─── LISTED RECORDS

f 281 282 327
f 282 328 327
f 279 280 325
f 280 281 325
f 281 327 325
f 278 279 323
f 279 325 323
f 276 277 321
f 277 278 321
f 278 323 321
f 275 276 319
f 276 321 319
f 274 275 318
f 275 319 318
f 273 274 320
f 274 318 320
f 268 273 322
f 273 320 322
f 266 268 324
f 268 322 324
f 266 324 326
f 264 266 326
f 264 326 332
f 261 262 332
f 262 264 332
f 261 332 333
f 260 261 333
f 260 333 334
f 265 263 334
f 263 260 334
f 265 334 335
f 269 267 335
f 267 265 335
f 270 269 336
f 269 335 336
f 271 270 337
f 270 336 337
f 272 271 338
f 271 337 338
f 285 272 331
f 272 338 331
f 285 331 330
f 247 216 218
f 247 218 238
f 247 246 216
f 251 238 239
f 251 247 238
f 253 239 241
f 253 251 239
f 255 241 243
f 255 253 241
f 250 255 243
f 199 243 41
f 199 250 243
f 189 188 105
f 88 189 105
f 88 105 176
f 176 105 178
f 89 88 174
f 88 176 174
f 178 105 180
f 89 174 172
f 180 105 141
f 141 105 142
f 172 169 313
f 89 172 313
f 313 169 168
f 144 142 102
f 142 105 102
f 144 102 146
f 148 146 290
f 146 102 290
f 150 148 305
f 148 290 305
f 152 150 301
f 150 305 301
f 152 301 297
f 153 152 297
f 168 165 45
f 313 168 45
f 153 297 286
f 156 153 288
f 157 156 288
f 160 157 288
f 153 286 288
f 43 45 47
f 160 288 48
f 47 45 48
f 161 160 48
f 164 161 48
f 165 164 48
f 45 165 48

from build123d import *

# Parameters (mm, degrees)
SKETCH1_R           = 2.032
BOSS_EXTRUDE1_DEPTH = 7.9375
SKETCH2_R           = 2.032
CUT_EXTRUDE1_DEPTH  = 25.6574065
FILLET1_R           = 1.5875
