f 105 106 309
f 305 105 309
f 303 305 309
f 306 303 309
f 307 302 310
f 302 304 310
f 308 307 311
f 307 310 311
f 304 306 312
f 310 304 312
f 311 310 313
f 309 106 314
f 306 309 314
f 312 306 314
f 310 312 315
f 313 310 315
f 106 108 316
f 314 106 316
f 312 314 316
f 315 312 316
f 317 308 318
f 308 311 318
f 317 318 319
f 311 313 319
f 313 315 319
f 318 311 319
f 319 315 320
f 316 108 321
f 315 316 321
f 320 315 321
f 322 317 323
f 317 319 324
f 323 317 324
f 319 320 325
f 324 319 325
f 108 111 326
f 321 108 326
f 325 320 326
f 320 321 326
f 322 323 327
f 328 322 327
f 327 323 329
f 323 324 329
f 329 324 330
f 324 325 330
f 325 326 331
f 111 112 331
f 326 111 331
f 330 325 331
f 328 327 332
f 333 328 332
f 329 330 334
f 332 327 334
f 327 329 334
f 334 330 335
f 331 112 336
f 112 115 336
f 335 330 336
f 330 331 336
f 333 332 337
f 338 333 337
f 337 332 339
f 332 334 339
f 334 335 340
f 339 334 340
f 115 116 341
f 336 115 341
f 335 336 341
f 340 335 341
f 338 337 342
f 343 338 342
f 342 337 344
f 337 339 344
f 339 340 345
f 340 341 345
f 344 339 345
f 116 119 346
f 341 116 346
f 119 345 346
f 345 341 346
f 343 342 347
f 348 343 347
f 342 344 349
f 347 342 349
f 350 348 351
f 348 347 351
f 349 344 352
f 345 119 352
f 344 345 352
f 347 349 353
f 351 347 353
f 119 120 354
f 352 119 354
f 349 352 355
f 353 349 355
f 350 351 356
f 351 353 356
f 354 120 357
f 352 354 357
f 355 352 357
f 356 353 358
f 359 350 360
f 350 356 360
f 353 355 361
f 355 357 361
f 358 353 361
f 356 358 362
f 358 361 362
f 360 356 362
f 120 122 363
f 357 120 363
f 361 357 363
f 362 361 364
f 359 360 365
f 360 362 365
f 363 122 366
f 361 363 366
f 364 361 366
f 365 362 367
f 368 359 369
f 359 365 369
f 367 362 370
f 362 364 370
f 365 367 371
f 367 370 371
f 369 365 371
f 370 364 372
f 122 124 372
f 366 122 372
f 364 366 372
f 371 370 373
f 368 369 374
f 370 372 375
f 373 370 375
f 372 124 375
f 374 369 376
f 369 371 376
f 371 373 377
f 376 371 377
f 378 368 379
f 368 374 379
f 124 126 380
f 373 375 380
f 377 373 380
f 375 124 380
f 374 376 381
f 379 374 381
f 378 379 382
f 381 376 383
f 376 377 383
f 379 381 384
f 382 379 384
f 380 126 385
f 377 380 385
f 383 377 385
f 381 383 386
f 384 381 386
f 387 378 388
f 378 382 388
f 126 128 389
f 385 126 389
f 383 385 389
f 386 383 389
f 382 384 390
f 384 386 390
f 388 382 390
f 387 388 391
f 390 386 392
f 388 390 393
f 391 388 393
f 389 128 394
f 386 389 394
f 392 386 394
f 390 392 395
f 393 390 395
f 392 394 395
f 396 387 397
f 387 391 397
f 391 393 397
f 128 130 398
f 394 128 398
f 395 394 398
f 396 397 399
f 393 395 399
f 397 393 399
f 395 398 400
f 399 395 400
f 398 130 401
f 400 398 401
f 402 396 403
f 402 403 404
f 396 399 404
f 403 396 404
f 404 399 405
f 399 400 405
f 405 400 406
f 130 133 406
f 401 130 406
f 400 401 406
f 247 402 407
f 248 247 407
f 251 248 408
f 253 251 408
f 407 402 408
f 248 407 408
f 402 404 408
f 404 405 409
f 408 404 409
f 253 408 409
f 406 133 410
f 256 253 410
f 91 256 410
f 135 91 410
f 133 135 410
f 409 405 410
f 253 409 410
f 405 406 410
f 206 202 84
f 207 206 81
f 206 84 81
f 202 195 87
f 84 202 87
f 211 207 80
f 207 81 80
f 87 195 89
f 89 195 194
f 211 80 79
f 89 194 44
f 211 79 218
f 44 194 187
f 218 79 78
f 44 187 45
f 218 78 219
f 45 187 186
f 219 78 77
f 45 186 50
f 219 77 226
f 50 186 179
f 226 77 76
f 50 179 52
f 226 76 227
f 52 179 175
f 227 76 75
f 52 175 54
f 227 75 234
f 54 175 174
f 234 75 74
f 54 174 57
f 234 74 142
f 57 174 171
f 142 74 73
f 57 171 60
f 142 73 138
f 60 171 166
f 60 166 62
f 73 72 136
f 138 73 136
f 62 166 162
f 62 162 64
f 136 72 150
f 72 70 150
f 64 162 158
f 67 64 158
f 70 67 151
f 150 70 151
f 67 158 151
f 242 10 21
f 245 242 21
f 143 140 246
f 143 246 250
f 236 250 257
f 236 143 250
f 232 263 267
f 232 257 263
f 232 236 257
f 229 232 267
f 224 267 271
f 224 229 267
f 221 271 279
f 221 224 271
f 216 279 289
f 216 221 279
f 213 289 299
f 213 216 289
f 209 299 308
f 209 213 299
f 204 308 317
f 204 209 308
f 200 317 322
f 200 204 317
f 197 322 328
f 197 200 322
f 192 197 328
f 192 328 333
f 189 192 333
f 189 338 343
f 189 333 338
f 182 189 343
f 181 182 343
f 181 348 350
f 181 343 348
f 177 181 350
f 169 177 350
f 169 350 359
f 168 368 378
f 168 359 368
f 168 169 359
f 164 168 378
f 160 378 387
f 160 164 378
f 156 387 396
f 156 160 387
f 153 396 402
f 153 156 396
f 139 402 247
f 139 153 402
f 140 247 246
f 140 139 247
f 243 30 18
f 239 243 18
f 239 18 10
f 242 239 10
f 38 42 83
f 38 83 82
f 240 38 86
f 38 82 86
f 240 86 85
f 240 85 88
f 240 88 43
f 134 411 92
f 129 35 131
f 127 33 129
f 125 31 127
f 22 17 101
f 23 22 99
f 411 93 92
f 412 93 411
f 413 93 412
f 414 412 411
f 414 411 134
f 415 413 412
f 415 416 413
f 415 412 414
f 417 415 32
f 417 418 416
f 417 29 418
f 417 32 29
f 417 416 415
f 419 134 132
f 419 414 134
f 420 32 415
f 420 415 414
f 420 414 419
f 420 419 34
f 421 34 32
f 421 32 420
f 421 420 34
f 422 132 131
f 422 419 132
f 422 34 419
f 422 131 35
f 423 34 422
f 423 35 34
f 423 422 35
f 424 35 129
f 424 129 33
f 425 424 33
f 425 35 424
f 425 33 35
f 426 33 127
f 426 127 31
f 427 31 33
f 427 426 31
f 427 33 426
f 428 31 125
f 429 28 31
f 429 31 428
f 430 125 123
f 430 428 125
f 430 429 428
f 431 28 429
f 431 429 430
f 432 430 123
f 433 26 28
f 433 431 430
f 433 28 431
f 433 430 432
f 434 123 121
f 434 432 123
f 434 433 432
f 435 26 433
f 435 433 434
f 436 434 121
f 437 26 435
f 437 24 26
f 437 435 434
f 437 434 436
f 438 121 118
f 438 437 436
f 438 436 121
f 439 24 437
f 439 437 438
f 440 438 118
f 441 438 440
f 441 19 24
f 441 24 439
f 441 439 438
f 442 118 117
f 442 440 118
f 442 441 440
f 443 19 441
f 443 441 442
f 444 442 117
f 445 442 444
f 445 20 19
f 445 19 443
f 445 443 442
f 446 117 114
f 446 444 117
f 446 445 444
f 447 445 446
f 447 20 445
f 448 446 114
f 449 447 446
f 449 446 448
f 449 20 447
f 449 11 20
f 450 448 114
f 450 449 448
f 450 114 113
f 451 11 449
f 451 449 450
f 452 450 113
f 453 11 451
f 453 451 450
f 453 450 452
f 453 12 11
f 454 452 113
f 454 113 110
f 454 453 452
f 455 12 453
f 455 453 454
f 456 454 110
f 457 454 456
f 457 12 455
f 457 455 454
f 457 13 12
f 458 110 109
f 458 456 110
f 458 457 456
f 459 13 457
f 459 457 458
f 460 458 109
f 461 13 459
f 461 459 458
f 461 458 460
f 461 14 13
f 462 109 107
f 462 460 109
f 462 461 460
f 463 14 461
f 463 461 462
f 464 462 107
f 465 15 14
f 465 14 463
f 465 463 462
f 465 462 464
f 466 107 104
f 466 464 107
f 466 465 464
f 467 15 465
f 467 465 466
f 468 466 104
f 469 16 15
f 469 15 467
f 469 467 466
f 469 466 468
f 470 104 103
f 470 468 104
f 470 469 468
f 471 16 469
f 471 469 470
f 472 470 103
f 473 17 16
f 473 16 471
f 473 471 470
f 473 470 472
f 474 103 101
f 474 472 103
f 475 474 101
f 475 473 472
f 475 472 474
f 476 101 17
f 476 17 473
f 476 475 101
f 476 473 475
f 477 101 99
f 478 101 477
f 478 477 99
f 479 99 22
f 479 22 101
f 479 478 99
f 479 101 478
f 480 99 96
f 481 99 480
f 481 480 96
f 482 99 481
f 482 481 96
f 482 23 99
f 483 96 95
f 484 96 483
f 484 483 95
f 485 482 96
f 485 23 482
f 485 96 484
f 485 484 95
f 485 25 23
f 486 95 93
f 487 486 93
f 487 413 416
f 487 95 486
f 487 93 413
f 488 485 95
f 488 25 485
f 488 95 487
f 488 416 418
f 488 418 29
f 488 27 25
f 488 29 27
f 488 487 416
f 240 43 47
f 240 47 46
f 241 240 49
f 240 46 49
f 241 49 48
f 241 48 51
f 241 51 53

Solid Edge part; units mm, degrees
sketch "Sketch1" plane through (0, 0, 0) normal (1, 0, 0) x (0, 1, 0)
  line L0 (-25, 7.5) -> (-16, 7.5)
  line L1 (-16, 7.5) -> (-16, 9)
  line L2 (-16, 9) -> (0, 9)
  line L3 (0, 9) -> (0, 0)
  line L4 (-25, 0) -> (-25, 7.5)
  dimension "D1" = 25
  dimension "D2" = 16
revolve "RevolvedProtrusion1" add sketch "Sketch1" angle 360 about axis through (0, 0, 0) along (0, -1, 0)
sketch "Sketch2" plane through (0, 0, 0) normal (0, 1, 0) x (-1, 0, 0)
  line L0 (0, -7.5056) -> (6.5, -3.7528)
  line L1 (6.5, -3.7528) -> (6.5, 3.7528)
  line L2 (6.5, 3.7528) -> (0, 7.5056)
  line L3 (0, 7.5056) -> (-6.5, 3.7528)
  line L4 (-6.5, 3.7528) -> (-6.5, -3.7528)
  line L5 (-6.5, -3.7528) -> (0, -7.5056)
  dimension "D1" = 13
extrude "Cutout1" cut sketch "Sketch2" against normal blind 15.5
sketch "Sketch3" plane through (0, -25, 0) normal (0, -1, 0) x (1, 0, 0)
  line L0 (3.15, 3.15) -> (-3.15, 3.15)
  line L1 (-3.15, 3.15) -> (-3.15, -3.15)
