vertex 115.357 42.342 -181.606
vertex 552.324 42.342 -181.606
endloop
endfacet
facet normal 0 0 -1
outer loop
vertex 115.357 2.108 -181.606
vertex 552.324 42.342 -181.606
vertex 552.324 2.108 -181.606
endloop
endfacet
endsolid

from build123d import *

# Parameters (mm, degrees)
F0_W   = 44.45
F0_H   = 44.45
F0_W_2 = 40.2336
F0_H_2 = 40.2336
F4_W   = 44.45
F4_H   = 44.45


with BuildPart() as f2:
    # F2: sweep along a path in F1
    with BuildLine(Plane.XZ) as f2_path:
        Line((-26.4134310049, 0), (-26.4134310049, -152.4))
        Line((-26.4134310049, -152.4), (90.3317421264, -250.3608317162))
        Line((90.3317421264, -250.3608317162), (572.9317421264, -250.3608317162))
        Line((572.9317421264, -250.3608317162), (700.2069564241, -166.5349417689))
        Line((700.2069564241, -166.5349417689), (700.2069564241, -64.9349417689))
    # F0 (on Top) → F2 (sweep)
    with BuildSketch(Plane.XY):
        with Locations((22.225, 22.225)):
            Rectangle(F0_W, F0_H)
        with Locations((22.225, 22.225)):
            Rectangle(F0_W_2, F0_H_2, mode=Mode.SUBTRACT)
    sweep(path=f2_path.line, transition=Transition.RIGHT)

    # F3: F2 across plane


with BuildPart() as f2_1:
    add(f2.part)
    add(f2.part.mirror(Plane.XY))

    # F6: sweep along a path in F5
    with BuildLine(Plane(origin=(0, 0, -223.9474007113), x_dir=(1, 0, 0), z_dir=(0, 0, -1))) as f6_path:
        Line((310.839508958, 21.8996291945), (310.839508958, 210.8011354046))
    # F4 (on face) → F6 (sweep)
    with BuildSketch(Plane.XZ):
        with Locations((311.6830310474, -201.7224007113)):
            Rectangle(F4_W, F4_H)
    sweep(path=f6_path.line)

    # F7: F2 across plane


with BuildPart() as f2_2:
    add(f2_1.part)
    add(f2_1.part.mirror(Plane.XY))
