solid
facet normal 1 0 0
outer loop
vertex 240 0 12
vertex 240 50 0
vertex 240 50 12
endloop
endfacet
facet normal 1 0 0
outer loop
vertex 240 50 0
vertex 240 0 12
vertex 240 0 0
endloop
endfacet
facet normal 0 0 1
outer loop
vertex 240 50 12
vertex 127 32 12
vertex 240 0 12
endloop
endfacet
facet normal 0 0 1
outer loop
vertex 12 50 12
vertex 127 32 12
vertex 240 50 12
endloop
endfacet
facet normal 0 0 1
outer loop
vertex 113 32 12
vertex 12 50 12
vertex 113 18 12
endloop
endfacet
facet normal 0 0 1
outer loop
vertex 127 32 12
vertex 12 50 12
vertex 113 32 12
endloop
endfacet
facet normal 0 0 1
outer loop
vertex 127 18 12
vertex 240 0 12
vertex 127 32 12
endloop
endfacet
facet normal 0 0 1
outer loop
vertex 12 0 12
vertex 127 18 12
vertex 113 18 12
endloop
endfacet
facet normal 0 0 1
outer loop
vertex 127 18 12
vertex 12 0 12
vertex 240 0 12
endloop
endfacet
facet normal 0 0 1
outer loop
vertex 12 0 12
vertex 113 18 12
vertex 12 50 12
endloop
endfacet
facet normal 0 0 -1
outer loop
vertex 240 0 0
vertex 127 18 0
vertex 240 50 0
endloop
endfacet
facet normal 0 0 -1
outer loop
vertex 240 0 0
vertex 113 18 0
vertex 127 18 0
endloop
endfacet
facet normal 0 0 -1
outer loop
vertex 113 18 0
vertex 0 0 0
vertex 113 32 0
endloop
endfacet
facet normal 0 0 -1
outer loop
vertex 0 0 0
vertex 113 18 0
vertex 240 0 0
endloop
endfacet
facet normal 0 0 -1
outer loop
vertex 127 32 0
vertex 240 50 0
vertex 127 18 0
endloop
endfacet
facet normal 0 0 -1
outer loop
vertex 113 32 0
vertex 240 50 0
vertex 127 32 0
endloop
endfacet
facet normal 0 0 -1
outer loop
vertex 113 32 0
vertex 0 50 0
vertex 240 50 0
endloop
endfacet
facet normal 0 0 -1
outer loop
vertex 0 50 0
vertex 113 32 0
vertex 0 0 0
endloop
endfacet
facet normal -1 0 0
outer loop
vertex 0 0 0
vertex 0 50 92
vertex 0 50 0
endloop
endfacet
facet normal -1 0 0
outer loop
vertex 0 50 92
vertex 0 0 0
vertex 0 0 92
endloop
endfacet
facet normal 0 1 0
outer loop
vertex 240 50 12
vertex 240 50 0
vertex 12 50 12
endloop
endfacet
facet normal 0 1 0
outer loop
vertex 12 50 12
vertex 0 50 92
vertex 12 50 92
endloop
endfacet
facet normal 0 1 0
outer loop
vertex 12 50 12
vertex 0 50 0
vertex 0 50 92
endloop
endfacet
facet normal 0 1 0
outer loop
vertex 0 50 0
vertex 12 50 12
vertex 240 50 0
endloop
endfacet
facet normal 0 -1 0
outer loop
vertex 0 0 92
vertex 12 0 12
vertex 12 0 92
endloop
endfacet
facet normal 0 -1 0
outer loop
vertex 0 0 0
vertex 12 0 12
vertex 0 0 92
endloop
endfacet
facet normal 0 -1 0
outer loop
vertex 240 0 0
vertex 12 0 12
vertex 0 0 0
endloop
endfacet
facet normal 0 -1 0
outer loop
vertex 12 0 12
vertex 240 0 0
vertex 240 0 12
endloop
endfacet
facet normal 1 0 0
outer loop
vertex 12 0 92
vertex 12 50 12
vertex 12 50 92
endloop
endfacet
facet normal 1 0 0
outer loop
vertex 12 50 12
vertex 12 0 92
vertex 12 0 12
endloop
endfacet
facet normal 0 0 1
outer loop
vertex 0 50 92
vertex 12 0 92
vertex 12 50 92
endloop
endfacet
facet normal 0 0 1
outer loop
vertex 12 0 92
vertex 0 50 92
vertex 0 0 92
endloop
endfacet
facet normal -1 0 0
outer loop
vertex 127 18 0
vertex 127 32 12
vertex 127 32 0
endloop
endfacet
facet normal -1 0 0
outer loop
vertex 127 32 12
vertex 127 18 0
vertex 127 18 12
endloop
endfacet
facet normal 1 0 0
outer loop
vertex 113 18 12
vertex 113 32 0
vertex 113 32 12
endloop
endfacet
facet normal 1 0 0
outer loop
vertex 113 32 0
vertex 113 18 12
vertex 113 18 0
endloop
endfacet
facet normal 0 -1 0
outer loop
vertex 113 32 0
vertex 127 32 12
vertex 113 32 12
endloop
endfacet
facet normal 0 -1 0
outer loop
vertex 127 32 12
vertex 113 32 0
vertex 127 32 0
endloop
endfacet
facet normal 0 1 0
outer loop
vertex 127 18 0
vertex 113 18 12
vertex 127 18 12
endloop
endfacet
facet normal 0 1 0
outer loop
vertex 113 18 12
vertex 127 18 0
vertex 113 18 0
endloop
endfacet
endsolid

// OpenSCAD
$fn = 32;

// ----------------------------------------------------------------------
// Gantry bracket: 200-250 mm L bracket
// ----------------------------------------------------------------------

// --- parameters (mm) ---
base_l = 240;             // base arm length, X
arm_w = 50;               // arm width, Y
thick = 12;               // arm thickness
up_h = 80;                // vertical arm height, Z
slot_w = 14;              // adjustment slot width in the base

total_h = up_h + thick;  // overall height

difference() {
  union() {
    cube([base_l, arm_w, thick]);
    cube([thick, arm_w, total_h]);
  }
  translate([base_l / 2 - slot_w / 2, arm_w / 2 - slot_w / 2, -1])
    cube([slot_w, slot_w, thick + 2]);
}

──────

• **ACTION ITEM**
The required output is the stretch of entries above from the line containing "f 247 216 218" through the line containing "f 141 105 142", reproduced exactly.

• **RESULT FOR THIS TASK**
f 247 216 218
f 247 218 238
f 247 246 216
f 251 238 239
f 251 247 238
f 253 239 241
f 253 251 239
f 255 241 243
f 255 253 241
f 250 255 243
f 199 243 41
f 199 250 243
f 189 188 105
f 88 189 105
f 88 105 176
f 176 105 178
f 89 88 174
f 88 176 174
f 178 105 180
f 89 174 172
f 180 105 141
f 141 105 142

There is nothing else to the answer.